*** Source material Section Begins ***
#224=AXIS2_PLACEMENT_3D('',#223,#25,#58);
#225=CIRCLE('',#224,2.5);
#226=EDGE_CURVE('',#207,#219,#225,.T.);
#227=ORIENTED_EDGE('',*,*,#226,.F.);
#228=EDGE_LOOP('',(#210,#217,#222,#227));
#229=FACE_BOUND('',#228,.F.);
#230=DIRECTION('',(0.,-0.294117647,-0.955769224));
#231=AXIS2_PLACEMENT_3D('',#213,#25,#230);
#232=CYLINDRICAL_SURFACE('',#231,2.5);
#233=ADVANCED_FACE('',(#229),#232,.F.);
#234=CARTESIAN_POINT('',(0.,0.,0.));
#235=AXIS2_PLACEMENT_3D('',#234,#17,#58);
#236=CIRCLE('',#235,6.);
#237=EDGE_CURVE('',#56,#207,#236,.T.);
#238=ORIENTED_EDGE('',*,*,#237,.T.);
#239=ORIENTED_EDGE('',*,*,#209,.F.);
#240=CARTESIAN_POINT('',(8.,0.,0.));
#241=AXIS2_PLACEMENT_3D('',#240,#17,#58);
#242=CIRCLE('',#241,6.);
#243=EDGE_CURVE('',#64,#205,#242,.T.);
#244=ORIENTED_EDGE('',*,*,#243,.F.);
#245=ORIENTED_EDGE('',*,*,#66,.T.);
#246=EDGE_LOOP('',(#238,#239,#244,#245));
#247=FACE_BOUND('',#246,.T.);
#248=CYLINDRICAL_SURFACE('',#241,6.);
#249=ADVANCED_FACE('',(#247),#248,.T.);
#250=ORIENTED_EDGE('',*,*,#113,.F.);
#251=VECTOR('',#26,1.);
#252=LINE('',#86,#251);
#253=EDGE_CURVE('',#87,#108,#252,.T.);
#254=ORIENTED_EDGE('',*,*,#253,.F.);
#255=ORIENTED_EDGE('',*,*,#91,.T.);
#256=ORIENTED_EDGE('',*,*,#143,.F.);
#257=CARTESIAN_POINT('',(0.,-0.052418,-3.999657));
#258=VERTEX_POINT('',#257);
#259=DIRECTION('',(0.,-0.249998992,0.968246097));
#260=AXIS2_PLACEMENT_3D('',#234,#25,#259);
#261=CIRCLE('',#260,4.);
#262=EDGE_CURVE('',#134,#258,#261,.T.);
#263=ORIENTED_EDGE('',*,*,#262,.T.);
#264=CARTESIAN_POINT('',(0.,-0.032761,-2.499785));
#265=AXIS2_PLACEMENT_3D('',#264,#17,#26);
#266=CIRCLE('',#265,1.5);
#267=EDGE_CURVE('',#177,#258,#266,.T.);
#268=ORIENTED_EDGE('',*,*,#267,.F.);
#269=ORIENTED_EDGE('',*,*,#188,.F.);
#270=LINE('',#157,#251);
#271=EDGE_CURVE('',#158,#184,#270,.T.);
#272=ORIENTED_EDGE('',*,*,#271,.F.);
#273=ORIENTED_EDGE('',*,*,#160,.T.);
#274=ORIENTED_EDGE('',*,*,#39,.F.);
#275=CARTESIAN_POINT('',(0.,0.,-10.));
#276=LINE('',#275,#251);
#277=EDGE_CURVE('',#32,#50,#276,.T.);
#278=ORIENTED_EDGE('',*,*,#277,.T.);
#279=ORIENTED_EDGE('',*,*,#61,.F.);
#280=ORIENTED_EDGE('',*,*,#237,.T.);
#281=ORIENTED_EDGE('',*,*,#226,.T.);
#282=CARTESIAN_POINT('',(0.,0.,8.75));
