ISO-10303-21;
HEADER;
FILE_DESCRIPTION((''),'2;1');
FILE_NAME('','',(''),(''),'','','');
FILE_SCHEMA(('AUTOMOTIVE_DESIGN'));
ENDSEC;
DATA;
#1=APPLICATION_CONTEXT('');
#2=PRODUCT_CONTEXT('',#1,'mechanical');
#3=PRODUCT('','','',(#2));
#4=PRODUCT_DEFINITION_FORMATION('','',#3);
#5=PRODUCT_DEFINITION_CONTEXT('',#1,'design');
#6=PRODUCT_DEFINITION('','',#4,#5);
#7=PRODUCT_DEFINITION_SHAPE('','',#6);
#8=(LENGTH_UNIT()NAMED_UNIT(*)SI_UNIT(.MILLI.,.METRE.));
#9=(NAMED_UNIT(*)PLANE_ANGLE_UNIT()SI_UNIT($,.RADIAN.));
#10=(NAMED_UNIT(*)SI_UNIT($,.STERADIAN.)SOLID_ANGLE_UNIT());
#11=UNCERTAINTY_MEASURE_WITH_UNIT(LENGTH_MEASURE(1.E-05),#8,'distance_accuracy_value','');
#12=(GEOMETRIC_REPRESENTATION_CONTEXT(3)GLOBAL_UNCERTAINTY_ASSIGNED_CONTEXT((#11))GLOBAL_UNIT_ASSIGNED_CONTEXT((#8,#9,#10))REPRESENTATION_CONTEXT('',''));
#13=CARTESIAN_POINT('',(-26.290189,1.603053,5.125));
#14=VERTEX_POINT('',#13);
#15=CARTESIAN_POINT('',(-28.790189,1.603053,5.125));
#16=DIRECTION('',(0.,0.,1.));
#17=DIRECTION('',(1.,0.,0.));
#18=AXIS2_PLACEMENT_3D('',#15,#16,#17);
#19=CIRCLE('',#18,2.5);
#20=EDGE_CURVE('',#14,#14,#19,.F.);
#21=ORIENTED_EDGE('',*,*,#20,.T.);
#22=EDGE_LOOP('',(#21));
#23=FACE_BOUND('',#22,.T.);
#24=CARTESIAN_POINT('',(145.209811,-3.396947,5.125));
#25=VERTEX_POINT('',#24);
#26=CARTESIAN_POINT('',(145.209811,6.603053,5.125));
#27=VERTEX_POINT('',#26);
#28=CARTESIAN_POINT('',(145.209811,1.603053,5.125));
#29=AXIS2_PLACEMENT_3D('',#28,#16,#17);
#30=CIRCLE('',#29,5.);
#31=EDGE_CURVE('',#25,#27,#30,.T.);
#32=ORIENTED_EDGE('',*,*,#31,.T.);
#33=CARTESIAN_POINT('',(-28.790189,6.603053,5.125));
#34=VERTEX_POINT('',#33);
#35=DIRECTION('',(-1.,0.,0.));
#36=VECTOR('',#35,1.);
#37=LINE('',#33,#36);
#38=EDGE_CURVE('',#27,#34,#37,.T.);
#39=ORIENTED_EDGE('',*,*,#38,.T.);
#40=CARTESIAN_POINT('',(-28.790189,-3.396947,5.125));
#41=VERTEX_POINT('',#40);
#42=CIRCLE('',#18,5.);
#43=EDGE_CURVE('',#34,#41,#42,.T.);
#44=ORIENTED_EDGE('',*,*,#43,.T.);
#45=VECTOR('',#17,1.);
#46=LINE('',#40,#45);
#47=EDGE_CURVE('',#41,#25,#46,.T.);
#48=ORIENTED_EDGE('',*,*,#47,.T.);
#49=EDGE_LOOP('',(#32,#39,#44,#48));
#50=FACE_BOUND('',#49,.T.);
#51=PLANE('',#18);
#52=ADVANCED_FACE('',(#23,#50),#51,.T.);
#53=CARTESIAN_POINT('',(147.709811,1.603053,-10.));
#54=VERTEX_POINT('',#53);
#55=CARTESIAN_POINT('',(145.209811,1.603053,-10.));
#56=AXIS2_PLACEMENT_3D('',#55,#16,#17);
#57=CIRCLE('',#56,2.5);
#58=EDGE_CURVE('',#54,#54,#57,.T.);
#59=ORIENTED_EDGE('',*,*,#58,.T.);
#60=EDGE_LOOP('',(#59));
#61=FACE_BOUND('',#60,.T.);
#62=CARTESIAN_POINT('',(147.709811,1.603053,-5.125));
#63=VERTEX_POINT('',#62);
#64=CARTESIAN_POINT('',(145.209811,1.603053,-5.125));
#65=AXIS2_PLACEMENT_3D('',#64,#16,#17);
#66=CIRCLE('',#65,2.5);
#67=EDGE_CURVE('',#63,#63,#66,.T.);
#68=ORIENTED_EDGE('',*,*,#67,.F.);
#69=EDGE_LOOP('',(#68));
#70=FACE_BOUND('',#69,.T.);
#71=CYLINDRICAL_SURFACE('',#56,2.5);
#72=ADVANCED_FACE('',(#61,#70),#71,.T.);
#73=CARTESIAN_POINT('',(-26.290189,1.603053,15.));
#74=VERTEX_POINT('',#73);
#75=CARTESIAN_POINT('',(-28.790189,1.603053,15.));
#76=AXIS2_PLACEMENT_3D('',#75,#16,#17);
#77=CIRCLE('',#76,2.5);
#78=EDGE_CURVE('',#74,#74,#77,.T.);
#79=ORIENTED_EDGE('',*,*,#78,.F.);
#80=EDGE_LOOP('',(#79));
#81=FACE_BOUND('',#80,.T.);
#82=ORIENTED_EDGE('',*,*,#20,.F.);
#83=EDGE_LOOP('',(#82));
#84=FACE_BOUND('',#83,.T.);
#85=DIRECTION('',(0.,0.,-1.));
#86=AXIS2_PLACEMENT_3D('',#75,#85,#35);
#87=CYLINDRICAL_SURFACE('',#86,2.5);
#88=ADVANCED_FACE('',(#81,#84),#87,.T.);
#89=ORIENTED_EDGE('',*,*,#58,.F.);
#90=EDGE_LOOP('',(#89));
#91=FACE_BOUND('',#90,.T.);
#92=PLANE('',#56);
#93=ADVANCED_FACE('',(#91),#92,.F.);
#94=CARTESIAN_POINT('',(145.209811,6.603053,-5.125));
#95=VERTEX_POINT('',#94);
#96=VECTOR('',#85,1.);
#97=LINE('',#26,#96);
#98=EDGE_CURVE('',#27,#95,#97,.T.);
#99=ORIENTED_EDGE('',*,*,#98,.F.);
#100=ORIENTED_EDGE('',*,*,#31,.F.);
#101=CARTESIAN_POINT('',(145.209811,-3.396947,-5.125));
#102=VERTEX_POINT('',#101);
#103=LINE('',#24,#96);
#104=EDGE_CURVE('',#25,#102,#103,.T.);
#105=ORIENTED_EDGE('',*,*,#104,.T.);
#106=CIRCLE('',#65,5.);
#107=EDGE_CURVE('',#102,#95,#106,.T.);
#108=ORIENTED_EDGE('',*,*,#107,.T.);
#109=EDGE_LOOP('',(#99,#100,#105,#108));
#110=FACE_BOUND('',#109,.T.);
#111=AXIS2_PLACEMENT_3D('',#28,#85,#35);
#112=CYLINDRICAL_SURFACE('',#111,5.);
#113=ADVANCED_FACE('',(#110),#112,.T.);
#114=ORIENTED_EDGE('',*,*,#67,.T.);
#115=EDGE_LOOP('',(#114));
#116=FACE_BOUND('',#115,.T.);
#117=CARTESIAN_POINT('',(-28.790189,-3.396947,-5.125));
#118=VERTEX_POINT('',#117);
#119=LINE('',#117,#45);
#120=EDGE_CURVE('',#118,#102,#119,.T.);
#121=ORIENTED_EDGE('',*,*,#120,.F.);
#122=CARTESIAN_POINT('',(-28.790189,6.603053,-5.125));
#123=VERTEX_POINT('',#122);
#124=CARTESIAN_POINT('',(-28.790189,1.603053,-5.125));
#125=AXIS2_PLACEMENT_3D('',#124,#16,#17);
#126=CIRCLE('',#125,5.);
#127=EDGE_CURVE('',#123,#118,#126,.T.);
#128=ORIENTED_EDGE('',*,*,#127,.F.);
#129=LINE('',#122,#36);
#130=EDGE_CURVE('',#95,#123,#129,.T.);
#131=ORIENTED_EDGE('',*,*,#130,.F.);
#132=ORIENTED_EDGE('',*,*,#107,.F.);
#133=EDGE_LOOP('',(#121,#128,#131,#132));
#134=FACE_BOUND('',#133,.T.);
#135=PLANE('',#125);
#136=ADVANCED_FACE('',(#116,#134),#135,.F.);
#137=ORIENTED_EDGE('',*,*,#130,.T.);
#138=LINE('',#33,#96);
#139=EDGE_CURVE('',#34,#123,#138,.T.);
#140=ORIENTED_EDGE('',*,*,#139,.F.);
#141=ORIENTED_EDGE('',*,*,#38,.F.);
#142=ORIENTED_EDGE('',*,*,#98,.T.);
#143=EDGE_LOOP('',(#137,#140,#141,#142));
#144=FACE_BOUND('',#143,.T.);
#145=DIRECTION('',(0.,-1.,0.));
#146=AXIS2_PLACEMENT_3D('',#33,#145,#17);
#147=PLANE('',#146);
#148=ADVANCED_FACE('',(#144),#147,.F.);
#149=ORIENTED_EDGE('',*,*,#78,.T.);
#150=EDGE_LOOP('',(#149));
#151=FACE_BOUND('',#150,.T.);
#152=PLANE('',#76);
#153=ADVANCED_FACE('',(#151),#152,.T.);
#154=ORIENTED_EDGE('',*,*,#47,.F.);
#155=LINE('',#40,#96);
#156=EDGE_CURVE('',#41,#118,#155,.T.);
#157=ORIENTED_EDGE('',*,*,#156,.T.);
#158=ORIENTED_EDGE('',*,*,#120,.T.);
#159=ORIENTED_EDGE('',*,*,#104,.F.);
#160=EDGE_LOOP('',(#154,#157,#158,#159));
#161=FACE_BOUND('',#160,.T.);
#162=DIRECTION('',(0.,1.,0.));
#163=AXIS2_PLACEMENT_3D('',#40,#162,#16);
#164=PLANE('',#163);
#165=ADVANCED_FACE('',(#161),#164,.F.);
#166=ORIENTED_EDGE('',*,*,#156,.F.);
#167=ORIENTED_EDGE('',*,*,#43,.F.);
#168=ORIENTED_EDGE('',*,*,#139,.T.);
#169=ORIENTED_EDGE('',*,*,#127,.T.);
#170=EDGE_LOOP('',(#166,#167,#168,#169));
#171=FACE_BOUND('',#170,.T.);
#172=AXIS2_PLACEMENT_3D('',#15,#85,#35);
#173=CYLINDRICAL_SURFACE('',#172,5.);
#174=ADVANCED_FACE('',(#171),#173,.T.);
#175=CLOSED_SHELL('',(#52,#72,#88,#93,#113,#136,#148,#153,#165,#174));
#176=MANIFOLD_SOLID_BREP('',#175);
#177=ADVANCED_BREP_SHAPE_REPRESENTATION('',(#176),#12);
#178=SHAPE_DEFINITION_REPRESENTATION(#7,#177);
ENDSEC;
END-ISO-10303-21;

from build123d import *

# Parameters (mm, degrees)
BOSS_EXTRU_1_DEPTH = 5.125
ESQUISSE2_R        = 2.5
BOSS_EXTRU_2_DEPTH = 15
ESQUISSE3_R        = 2.5
BOSS_EXTRU_3_DEPTH = 10


with BuildPart() as part:
    # Esquisse1 → Boss.-Extru.1 (new body, symmetric)
    with BuildSketch(Plane.XY):
        with BuildLine():
            Line((-28.790189362, 6.603053435), (145.209810638, 6.603053435))
            ThreePointArc((145.209810638, 6.603053435), (150.209810638, 1.603053435), (145.209810638, -3.396946565))
            Line((145.209810638, -3.396946565), (-28.790189362, -3.396946565))
            ThreePointArc((-28.790189362, -3.396946565), (-33.790189362, 1.603053435), (-28.790189362, 6.603053435))
        make_face()
    extrude(amount=BOSS_EXTRU_1_DEPTH, both=True)

    # Esquisse2 → Boss.-Extru.2 (add)
    with BuildSketch(Plane.XY):
        with Locations((-28.790189362, 1.603053435)):
            Circle(ESQUISSE2_R)
    extrude(amount=BOSS_EXTRU_2_DEPTH)

    # Esquisse3 → Boss.-Extru.3 (add)
    with BuildSketch(Plane.XY):
        with Locations((145.209810638, 1.603053435)):
            Circle(ESQUISSE3_R)
    extrude(amount=-BOSS_EXTRU_3_DEPTH)


solid = part.part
*** Source material Section Ends ***
Directions. Go to the line in the material above that contains "#23=FACE_BOUND('',#22,.T.);" and copy exactly from there through the line that contains "#49=EDGE_LOOP('',(#32,#39,#44,#48));", stopping after it.

Result of the task.
#23=FACE_BOUND('',#22,.T.);
#24=CARTESIAN_POINT('',(145.209811,-3.396947,5.125));
#25=VERTEX_POINT('',#24);
#26=CARTESIAN_POINT('',(145.209811,6.603053,5.125));
#27=VERTEX_POINT('',#26);
#28=CARTESIAN_POINT('',(145.209811,1.603053,5.125));
#29=AXIS2_PLACEMENT_3D('',#28,#16,#17);
#30=CIRCLE('',#29,5.);
#31=EDGE_CURVE('',#25,#27,#30,.T.);
#32=ORIENTED_EDGE('',*,*,#31,.T.);
#33=CARTESIAN_POINT('',(-28.790189,6.603053,5.125));
#34=VERTEX_POINT('',#33);
#35=DIRECTION('',(-1.,0.,0.));
#36=VECTOR('',#35,1.);
#37=LINE('',#33,#36);
#38=EDGE_CURVE('',#27,#34,#37,.T.);
#39=ORIENTED_EDGE('',*,*,#38,.T.);
#40=CARTESIAN_POINT('',(-28.790189,-3.396947,5.125));
#41=VERTEX_POINT('',#40);
#42=CIRCLE('',#18,5.);
#43=EDGE_CURVE('',#34,#41,#42,.T.);
#44=ORIENTED_EDGE('',*,*,#43,.T.);
#45=VECTOR('',#17,1.);
#46=LINE('',#40,#45);
#47=EDGE_CURVE('',#41,#25,#46,.T.);
#48=ORIENTED_EDGE('',*,*,#47,.T.);
#49=EDGE_LOOP('',(#32,#39,#44,#48));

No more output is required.